UK trips up EU plan to ham string industrial-scale corporate tax avoidance

UK trips up EU plan to ham string industrial-scale corporate tax avoidance

Britain will not adopt new EU measures to tackle large-scale tax avoidance by multinational companies, the financial secretary to the Treasury has said.

Brussels hopes to implement a longstanding tax harmonization plan to set common rules across member states, thereby closing legal loopholes multinationals currently exploit.

A German member of the European Parliament (MEP) said he was shocked when the Treasury minister responsible for tax policy rebuffed the policy.

READ MORE: Monsanto plans 'corporate inversion' move to UK, wooed by Osborne’s low taxes

David Gauke told MEPs Britain will not adopt measures to introduce common tax rules, instead preferring to entice multinationals to the UK with low tax rates.

German MEP Michael Theurer said: “He was very clear that the UK is insisting on tax competition. It was really a shock from the minister.”

Chancellor George Osborne slashed Britain’s headline tax rate from 28 percent to 20 percent in a bid to woo corporations to the UK.

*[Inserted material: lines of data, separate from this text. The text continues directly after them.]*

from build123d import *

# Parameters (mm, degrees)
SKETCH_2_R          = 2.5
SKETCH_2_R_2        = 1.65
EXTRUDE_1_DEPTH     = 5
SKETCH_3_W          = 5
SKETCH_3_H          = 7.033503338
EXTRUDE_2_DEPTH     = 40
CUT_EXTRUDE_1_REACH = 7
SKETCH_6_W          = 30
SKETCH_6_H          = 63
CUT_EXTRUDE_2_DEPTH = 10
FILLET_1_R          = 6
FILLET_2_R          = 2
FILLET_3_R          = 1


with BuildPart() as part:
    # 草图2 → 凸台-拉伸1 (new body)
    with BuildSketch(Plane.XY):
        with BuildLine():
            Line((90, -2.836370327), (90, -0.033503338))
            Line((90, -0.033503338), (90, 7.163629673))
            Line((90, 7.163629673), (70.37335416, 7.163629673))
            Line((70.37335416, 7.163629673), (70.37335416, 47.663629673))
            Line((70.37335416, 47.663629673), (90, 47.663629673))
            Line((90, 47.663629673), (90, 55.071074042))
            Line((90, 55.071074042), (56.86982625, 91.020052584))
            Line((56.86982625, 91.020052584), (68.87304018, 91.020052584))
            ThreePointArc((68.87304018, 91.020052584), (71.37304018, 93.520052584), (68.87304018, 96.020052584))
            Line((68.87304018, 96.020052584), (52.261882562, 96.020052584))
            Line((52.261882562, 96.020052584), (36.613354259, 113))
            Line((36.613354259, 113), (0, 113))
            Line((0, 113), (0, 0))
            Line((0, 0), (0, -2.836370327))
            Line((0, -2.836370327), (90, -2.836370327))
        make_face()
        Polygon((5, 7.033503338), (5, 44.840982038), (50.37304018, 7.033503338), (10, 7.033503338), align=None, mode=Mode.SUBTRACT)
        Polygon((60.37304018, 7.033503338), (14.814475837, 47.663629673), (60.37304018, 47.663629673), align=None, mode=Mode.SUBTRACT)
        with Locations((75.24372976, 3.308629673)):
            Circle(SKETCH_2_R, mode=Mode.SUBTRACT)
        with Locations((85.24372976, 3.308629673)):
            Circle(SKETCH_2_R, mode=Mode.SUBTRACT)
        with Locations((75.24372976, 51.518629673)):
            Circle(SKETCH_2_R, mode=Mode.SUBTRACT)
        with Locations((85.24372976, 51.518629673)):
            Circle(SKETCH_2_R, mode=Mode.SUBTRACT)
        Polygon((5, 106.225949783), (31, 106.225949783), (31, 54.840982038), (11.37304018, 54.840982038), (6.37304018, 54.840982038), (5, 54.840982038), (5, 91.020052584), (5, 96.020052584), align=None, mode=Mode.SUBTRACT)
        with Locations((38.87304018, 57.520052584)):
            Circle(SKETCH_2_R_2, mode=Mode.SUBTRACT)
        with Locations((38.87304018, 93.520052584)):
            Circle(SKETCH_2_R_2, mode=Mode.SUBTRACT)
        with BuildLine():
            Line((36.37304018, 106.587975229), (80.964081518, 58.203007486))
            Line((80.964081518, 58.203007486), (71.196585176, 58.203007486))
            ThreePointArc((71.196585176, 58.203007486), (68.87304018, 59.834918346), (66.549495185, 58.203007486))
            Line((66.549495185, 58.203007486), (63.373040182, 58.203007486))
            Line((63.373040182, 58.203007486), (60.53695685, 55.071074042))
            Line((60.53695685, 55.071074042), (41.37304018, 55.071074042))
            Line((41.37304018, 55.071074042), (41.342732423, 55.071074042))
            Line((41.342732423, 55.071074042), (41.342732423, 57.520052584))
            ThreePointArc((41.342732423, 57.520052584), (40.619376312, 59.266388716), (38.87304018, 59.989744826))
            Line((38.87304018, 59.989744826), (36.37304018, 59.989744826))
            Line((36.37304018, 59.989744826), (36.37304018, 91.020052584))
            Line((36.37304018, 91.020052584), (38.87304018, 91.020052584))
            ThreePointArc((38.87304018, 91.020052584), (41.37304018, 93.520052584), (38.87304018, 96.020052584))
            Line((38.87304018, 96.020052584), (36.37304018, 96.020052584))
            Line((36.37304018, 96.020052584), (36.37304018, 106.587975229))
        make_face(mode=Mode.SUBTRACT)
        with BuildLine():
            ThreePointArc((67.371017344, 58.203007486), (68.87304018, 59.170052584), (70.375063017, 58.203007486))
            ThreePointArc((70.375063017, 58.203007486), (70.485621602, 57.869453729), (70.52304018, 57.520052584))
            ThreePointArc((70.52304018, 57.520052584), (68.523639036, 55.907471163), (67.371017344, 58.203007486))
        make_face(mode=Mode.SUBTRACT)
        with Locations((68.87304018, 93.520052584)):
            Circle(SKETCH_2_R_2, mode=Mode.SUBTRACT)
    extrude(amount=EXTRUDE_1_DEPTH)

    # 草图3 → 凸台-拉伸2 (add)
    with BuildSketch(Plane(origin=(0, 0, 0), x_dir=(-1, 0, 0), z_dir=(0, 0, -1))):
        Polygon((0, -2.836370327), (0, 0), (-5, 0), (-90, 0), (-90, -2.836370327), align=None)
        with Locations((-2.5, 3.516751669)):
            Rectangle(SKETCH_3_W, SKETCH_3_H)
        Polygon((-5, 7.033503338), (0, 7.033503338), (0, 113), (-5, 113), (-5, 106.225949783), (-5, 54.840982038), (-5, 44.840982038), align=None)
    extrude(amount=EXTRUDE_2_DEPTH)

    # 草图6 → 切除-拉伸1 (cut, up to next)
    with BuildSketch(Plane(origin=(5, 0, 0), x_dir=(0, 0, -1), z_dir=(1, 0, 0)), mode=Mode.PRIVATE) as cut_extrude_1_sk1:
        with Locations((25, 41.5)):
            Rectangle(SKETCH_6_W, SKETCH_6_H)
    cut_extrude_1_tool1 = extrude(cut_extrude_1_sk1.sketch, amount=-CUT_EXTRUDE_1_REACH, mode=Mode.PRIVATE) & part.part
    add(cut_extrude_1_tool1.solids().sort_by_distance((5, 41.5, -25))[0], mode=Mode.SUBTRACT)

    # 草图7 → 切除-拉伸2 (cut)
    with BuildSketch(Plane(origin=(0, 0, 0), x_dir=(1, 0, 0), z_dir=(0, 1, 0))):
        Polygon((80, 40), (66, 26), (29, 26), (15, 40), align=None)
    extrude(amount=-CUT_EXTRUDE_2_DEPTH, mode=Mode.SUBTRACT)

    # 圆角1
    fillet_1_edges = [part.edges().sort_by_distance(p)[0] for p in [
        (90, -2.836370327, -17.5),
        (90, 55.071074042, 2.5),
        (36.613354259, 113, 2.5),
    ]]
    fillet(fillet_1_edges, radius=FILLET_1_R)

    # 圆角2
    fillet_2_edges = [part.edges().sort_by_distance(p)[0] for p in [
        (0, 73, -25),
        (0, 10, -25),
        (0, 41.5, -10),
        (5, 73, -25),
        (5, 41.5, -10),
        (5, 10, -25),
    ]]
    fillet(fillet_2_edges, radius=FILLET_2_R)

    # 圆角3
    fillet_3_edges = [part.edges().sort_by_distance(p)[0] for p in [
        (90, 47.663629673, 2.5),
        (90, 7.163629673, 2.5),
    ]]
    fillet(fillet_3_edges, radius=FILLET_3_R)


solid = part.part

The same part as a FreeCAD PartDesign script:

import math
import FreeCAD as App
import Part
import Sketcher

V = App.Vector
Q = App.Units.Quantity


def edges_at(feature, points):
    """Names of the edges that pass closest to the given points."""
    edges = feature.Shape.Edges
    near = lambda p: min(range(len(edges)), key=lambda i: edges[i].distToShape(Part.Vertex(*p))[0])
    return sorted({f"Edge{near(p) + 1}" for p in points})

doc = App.newDocument("Part")
body = doc.addObject("PartDesign::Body", "Body")

# Sketch on XY plane
sketch1 = doc.addObject("Sketcher::SketchObject", "Sketch")
body.addObject(sketch1)
sketch1.AttachmentSupport = (doc.XY_Plane, [""])
sketch1.MapMode = "FlatFace"
sketch1.addGeometry(Part.LineSegment(V(90, -2.8, 0), V(90, 7.2, 0)), False)
sketch1.addGeometry(Part.LineSegment(V(90, 7.2, 0), V(70.4, 7.2, 0)), False)
sketch1.addGeometry(Part.LineSegment(V(70.4, 7.2, 0), V(70.4, 47.7, 0)), False)
sketch1.addGeometry(Part.LineSegment(V(70.4, 47.7, 0), V(90, 47.7, 0)), False)
sketch1.addGeometry(Part.LineSegment(V(90, 47.7, 0), V(90, 55.1, 0)), False)
sketch1.addGeometry(Part.LineSegment(V(90, 55.1, 0), V(56.9, 91, 0)), False)
sketch1.addGeometry(Part.LineSegment(V(56.9, 91, 0), V(68.9, 91, 0)), False)
sketch1.addGeometry(Part.ArcOfCircle(Part.Circle(V(68.9, 93.5, 0), V(0, 0, 1), 2.5), math.radians(-90), math.radians(90)), False)
sketch1.addGeometry(Part.LineSegment(V(68.9, 96, 0), V(52.3, 96, 0)), False)
sketch1.addGeometry(Part.LineSegment(V(52.3, 96, 0), V(36.6, 113, 0)), False)
sketch1.addGeometry(Part.LineSegment(V(36.6, 113, 0), V(0, 113, 0)), False)
sketch1.addGeometry(Part.LineSegment(V(0, 113, 0), V(0, -2.8, 0)), False)
sketch1.addGeometry(Part.LineSegment(V(0, -2.8, 0), V(90, -2.8, 0)), False)
sketch1.addGeometry(Part.LineSegment(V(50.4, 7, 0), V(5, 7, 0)), False)
sketch1.addGeometry(Part.LineSegment(V(5, 7, 0), V(5, 44.8, 0)), False)
sketch1.addGeometry(Part.LineSegment(V(5, 44.8, 0), V(50.4, 7, 0)), False)
sketch1.addGeometry(Part.LineSegment(V(60.4, 47.7, 0), V(60.4, 7, 0)), False)
sketch1.addGeometry(Part.LineSegment(V(60.4, 7, 0), V(14.8, 47.7, 0)), False)
sketch1.addGeometry(Part.LineSegment(V(14.8, 47.7, 0), V(60.4, 47.7, 0)), False)
sketch1.addGeometry(Part.Circle(V(75.2, 3.3, 0), V(0, 0, 1), 2.5), False)
sketch1.addGeometry(Part.Circle(V(85.2, 3.3, 0), V(0, 0, 1), 2.5), False)
sketch1.addGeometry(Part.Circle(V(75.2, 51.5, 0), V(0, 0, 1), 2.5), False)
sketch1.addGeometry(Part.Circle(V(85.2, 51.5, 0), V(0, 0, 1), 2.5), False)
sketch1.addGeometry(Part.Circle(V(38.9, 57.5, 0), V(0, 0, 1), 1.6), False)
sketch1.addGeometry(Part.LineSegment(V(5, 54.8, 0), V(5, 106.2, 0)), False)
sketch1.addGeometry(Part.LineSegment(V(5, 106.2, 0), V(31, 106.2, 0)), False)
sketch1.addGeometry(Part.LineSegment(V(31, 106.2, 0), V(31, 54.8, 0)), False)
sketch1.addGeometry(Part.LineSegment(V(31, 54.8, 0), V(5, 54.8, 0)), False)
sketch1.addGeometry(Part.Circle(V(38.9, 93.5, 0), V(0, 0, 1), 1.6), False)
sketch1.addGeometry(Part.ArcOfCircle(Part.Circle(V(68.9, 57.5, 0), V(0, 0, 1), 1.6), math.radians(156), math.radians(360)), False)
sketch1.addGeometry(Part.ArcOfCircle(Part.Circle(V(68.9, 57.5, 0), V(0, 0, 1), 1.6), math.radians(24), math.radians(156)), False)
sketch1.addGeometry(Part.ArcOfCircle(Part.Circle(V(68.9, 57.5, 0), V(0, 0, 1), 1.6), math.radians(0), math.radians(24)), False)
sketch1.addGeometry(Part.LineSegment(V(36.4, 96, 0), V(36.4, 106.6, 0)), False)
sketch1.addGeometry(Part.LineSegment(V(36.4, 106.6, 0), V(81, 58.2, 0)), False)
sketch1.addGeometry(Part.LineSegment(V(81, 58.2, 0), V(71.2, 58.2, 0)), False)
sketch1.addGeometry(Part.ArcOfCircle(Part.Circle(V(68.9, 57.4, 0), V(0, 0, 1), 2.5), math.radians(20), math.radians(160)), False)
sketch1.addGeometry(Part.LineSegment(V(66.5, 58.2, 0), V(63.4, 58.2, 0)), False)
sketch1.addGeometry(Part.LineSegment(V(63.4, 58.2, 0), V(60.5, 55.1, 0)), False)
sketch1.addGeometry(Part.LineSegment(V(60.5, 55.1, 0), V(41.3, 55.1, 0)), False)
sketch1.addGeometry(Part.LineSegment(V(41.3, 55.1, 0), V(41.3, 57.5, 0)), False)
sketch1.addGeometry(Part.ArcOfCircle(Part.Circle(V(38.9, 57.5, 0), V(0, 0, 1), 2.5), math.radians(0), math.radians(90)), False)
sketch1.addGeometry(Part.LineSegment(V(38.9, 60, 0), V(36.4, 60, 0)), False)
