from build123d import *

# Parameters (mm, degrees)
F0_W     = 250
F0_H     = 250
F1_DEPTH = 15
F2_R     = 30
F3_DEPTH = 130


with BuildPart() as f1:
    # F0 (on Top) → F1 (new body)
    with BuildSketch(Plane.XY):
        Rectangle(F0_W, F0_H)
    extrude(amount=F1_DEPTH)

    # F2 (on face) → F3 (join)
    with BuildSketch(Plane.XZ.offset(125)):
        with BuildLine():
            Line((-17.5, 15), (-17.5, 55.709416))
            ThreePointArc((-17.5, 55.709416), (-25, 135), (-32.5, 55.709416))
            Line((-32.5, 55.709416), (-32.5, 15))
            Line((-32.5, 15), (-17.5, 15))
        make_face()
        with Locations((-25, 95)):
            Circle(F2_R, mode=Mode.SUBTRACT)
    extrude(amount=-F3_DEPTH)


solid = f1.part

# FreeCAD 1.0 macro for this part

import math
import FreeCAD as App
import Part
import Sketcher
from FreeCAD import Vector
Q = App.Units.Quantity


def add_polygon(sketch, points):
    """Adds a closed chain of lines whose ends are joined by coincident constraints."""
    first, n = sketch.GeometryCount, len(points)
    for a, b in zip(points, points[1:] + points[:1]):
        sketch.addGeometry(Part.LineSegment(App.Vector(*a, 0), App.Vector(*b, 0)), False)
    for i in range(n):
        sketch.addConstraint(Sketcher.Constraint("Coincident", first + i, 2, first + (i + 1) % n, 1))

doc = App.newDocument("Part")
body = doc.addObject("PartDesign::Body", "Body")

# Sketch on XY plane
sketch1 = body.newObject("Sketcher::SketchObject", "Sketch")
sketch1.AttachmentSupport = (doc.getObject("XY_Plane"), [""])
sketch1.MapMode = "FlatFace"
add_polygon(sketch1, [(-125, 125), (-125, -125), (125, -125), (125, 125)])  # lines 0-3
sketch1.addConstraint(Sketcher.Constraint("Vertical", 0))
sketch1.addConstraint(Sketcher.Constraint("Horizontal", 1))
sketch1.addConstraint(Sketcher.Constraint("Vertical", 2))
sketch1.addConstraint(Sketcher.Constraint("Horizontal", 3))
sketch1.addConstraint(Sketcher.Constraint("Symmetric", 0, 2, 2, 2, -1, 1))
sketch1.addConstraint(Sketcher.Constraint("Equal", 3, 0))
sketch1.addConstraint(Sketcher.Constraint("DistanceX", 1, 1, 1, 2, Q("250 mm")))
pad1 = body.newObject("PartDesign::Pad", "Pad")
pad1.Profile = sketch1
pad1.Length = 15

# Sketch on XZ plane
sketch2 = body.newObject("Sketcher::SketchObject", "Sketch001")
sketch2.AttachmentSupport = (doc.getObject("XZ_Plane"), [""])
sketch2.MapMode = "FlatFace"
sketch2.AttachmentOffset = App.Placement(Vector(0, 0, 125), App.Rotation())
sketch2.addGeometry(Part.LineSegment(Vector(-17.5, 15, 0), Vector(-17.5, 55.709416, 0)), False)
sketch2.addGeometry(Part.ArcOfCircle(Part.Circle(Vector(-25, 95, 0), Vector(0, 0, 1), 40), math.radians(-79.193077), math.radians(259.193077)), False)
sketch2.addGeometry(Part.LineSegment(Vector(-32.5, 55.709416, 0), Vector(-32.5, 15, 0)), False)
sketch2.addGeometry(Part.LineSegment(Vector(-32.5, 15, 0), Vector(-17.5, 15, 0)), False)
sketch2.addGeometry(Part.Circle(Vector(-25, 95, 0), Vector(0, 0, 1), 30), False)
sketch2.addConstraint(Sketcher.Constraint("Coincident", 0, 2, 1, 1))
sketch2.addConstraint(Sketcher.Constraint("Coincident", 1, 2, 2, 1))
sketch2.addConstraint(Sketcher.Constraint("Coincident", 2, 2, 3, 1))
sketch2.addConstraint(Sketcher.Constraint("Coincident", 3, 2, 0, 1))
sketch2.addConstraint(Sketcher.Constraint("Vertical", 0))
sketch2.addConstraint(Sketcher.Constraint("Vertical", 2))
sketch2.addConstraint(Sketcher.Constraint("Horizontal", 3))
sketch2.addConstraint(Sketcher.Constraint("Coincident", 4, 3, 1, 3))
sketch2.addConstraint(Sketcher.Constraint("Horizontal", 0, 2, 1, 2))
sketch2.addConstraint(Sketcher.Constraint("Diameter", 4, Q("60 mm")))
sketch2.addConstraint(Sketcher.Constraint("Radius", 1, Q("40 mm")))
sketch2.addConstraint(Sketcher.Constraint("DistanceX", 3, 1, 3, 2, Q("15 mm")))
sketch2.addConstraint(Sketcher.Constraint("DistanceX", 1, 3, -1, 1, Q("25 mm")))
sketch2.addConstraint(Sketcher.Constraint("DistanceY", -1, 1, 1, 3, Q("95 mm")))
sketch2.addConstraint(Sketcher.Constraint("DistanceY", -1, 1, 2, 2, Q("15 mm")))
pad2 = body.newObject("PartDesign::Pad", "Pad001")
pad2.Profile = sketch2
pad2.Length = 130
pad2.Reversed = True

doc.recompute()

The Treasury has also established favorable tax regimes for multinationals with offshore subsidiaries and new tax breaks for patent-owning companies.

Several corporations have moved their headquarters to the UK to take advantage of the low tax threshold, including Aon, Fiat Industrial and Starbucks’ European operations.

Agrochemical and seed giant Monsanto last month announced it would move its global headquarters to the UK if it succeeded in merging with Swiss firm Syngenta.

EU tax commissioner Pierre Moscovici intends to resurrect a plan for a so-called common consolidated corporate tax base (CCCTB) after previous attempts failed due to opposition from member states.

READ MORE: UK is 'biggest tax haven in EU,' says global tax expert

Brussels intends to make a common tax rate compulsory for multinational enterprises, according to a document seen by Reuters.

Moscovici’s plan states: “The current rules for corporate taxation no longer fit the modern context, as corporate tax planning has become more sophisticated, and competitive forces between member states have increased, the tools for ensuring fair tax competition within the EU have reached their limits.”

A Treasury spokesperson said: “Direct taxation is a matter for EU countries, and any direct taxation matters require unanimity across all EU countries. We’re fully involved in international discussions on tax issues and have consistently supported global measures, through the EU, G20 and OECD, which will strengthen international rules to prevent corporate tax avoidance.”